Why Thompson Sampling (not ε-greedy, not UCB)

  • vs ε-greedy: doesn't waste ε on known-bad arms.
  • vs UCB: deterministic → parallel workers pick the same arm and collapse the same provider. Thompson samples → parallel workers naturally spread.
  • vs hand-tuned weights: no weights to tune. Bayesian prior → posterior does the work.

Benchmark (synthetic, reproducible)

python -m rl_router.simulate runs a 2000-step sim against a known ground truth:

[he|torah]
  cerebras     r=0.880±0.014  n=968   lat=0.3s
  gemini       r=0.528±0.110  n=18    lat=0.72s
  ollama       r=0.402±0.127  n=12    lat=2.54s

Post-training policy (1000 samples):
  (he,torah): cerebras=98%, gemini=1%, ollama=0%
  (en,nt):    cerebras=82%, gemini=17%, ollama=1%

The router converged on the top arm for each context while still exploring the runner-up when its reward was close.

Production use

Validated in a high-throughput batch pipeline routing between Cerebras, Ollama, and Gemini across two parallel workers (two languages, 31k tasks). File-locked state is shared across processes; record() is atomic.

State & persistence

  • Location: ~/.rl_router_state.json (override via RL_ROUTER_STATE env or Router(state_path=...)).
  • Format: JSON, human-readable, ~1KB per context.
  • Writes: atomic replace + fsync. Safe under kill.
  • Reads: shared lock (POSIX: fcntl.LOCK_SH, Windows: msvcrt.LK_NBLCK).
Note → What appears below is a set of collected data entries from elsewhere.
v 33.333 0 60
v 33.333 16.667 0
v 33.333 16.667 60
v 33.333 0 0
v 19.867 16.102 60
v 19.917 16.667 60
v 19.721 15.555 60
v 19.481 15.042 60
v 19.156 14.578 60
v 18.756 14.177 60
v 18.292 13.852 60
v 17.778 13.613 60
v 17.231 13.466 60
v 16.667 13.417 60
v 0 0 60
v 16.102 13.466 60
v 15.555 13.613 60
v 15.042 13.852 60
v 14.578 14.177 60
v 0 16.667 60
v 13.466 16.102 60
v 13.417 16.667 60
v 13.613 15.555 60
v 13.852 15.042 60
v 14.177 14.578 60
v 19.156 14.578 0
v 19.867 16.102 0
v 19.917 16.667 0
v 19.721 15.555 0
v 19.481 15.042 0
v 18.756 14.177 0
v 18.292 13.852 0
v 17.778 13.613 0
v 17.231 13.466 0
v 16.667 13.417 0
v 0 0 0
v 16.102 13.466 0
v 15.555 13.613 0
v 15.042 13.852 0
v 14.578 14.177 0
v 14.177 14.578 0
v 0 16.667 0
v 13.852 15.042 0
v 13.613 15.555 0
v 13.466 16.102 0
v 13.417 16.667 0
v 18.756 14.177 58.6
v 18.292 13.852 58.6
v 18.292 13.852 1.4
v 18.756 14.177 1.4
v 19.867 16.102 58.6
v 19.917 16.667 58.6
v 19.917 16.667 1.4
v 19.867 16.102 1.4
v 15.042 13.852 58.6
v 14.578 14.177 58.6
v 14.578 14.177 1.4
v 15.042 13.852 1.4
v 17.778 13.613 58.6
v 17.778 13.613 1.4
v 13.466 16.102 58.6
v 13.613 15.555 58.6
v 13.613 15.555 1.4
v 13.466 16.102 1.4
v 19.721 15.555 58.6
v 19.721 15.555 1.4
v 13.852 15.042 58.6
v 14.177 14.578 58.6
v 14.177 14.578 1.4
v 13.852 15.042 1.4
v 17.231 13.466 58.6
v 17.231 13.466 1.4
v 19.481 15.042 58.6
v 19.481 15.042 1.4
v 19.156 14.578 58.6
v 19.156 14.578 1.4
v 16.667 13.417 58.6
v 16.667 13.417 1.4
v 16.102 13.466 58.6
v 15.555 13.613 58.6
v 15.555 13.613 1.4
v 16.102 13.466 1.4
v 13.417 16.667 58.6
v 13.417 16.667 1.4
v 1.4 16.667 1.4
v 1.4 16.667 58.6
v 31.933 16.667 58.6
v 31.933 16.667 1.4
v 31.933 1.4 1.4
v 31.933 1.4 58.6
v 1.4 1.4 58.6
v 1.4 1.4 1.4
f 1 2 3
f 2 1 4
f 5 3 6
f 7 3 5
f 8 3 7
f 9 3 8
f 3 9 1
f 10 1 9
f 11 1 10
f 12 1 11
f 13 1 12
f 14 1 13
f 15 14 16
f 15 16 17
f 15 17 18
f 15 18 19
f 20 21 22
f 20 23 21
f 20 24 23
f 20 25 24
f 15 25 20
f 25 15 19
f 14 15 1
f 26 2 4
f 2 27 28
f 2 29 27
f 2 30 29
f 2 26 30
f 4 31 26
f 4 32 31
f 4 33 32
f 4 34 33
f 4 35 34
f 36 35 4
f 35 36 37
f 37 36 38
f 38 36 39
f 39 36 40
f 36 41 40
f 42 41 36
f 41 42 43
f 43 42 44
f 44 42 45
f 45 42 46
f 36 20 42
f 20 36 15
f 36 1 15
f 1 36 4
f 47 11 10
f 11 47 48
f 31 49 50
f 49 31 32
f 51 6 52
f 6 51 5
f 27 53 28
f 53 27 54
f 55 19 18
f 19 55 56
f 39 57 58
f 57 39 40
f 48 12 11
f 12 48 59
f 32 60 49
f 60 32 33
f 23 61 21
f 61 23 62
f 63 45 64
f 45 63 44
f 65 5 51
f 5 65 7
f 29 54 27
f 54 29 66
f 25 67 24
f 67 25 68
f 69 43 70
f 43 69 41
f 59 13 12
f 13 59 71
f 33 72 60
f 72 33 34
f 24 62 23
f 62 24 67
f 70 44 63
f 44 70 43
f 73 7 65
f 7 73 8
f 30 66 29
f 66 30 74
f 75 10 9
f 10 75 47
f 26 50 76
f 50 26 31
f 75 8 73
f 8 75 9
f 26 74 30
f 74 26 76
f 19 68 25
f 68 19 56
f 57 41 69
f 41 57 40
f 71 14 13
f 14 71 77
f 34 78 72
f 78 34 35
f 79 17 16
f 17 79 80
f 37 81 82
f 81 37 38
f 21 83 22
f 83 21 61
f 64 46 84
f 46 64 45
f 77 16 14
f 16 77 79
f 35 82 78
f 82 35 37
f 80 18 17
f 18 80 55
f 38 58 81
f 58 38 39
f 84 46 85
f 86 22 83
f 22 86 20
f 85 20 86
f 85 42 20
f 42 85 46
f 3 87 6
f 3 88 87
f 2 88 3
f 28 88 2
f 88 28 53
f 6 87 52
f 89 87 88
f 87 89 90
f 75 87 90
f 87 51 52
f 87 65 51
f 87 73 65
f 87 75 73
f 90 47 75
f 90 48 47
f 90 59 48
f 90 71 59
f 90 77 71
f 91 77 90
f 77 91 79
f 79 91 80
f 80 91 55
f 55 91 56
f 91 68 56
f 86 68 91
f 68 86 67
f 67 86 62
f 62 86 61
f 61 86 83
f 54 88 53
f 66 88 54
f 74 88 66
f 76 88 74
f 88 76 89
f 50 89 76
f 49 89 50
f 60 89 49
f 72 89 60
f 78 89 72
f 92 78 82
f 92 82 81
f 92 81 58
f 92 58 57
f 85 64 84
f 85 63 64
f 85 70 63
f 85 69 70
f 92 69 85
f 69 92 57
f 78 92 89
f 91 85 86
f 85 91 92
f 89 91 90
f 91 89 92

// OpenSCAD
//Höhe
h=60;
//Toleranz
to=1;
//Dicke
t=1.4;
//Durchmesser Kabel
dk=6.5;
//Größe Box
gb=h/1.8;

$fn=36;

module klotzmitloch()
{
difference()
{
cube([gb,gb,h]);

//translate([t,t,t])
//cube([gb-t-t,gb-t-t,h-t-t])

translate([gb/2, gb/2, -to-t])
color("red")
cylinder(h = h+to+to+t+t, d = dk);
}
}

module halberklotzmitloch()
{
difference()
{
    klotzmitloch();
    
    translate([0,gb/2,0])
    cube([gb,gb,h]);
}
}

difference()
{
halberklotzmitloch();

translate([t,t,t])
cube([gb-t-t,gb-t-t,h-t-t]);
}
Config knobs (rarely needed)

from rl_router import Router, RouterConfig

r = Router(
    arms=["a", "b"],
    config=RouterConfig(
        half_life_calls=500,        # how fast old data decays
        target_latency_s=2.0,       # latency scale for reward
        rate_limit_penalty=0.5,     # extra cost for 429
        exploration_floor=0.02,     # ε of pure random picks
        cooldown_s=60.0,            # 429'd arm penalty window
    ),
)

Observability

print(r.pretty())
# [en|summarization]
#   openai       r=0.891±0.012  n=1204  lat=0.42s
#   anthropic    r=0.854±0.019  n=387   lat=0.58s
#   local        r=0.312±0.089  n=22    lat=3.1s

Hook r.stats() into your dashboard for per-context arm reward + latency rollup.

What this library is NOT

  • Not an HTTP client. You call providers; rl-router only picks one.
  • Not a cost optimizer. Reward is latency+success. Wrap your own cost signal into record() if you want cost-aware routing.
  • Not a replacement for circuit breakers. Combine with one — rl-router degrades gracefully but doesn't open/close circuits.
  • Not a drop-in for LiteLLM / OpenRouter. Those are proxies. This is a decision function. Use either or both.
  • Not formally audited. Small enough that you can audit it yourself.

License

MIT.

Status

0.1.0 — API stable for pick / record / stats. Internal state format may evolve; upgrade path preserved via state['v'] field.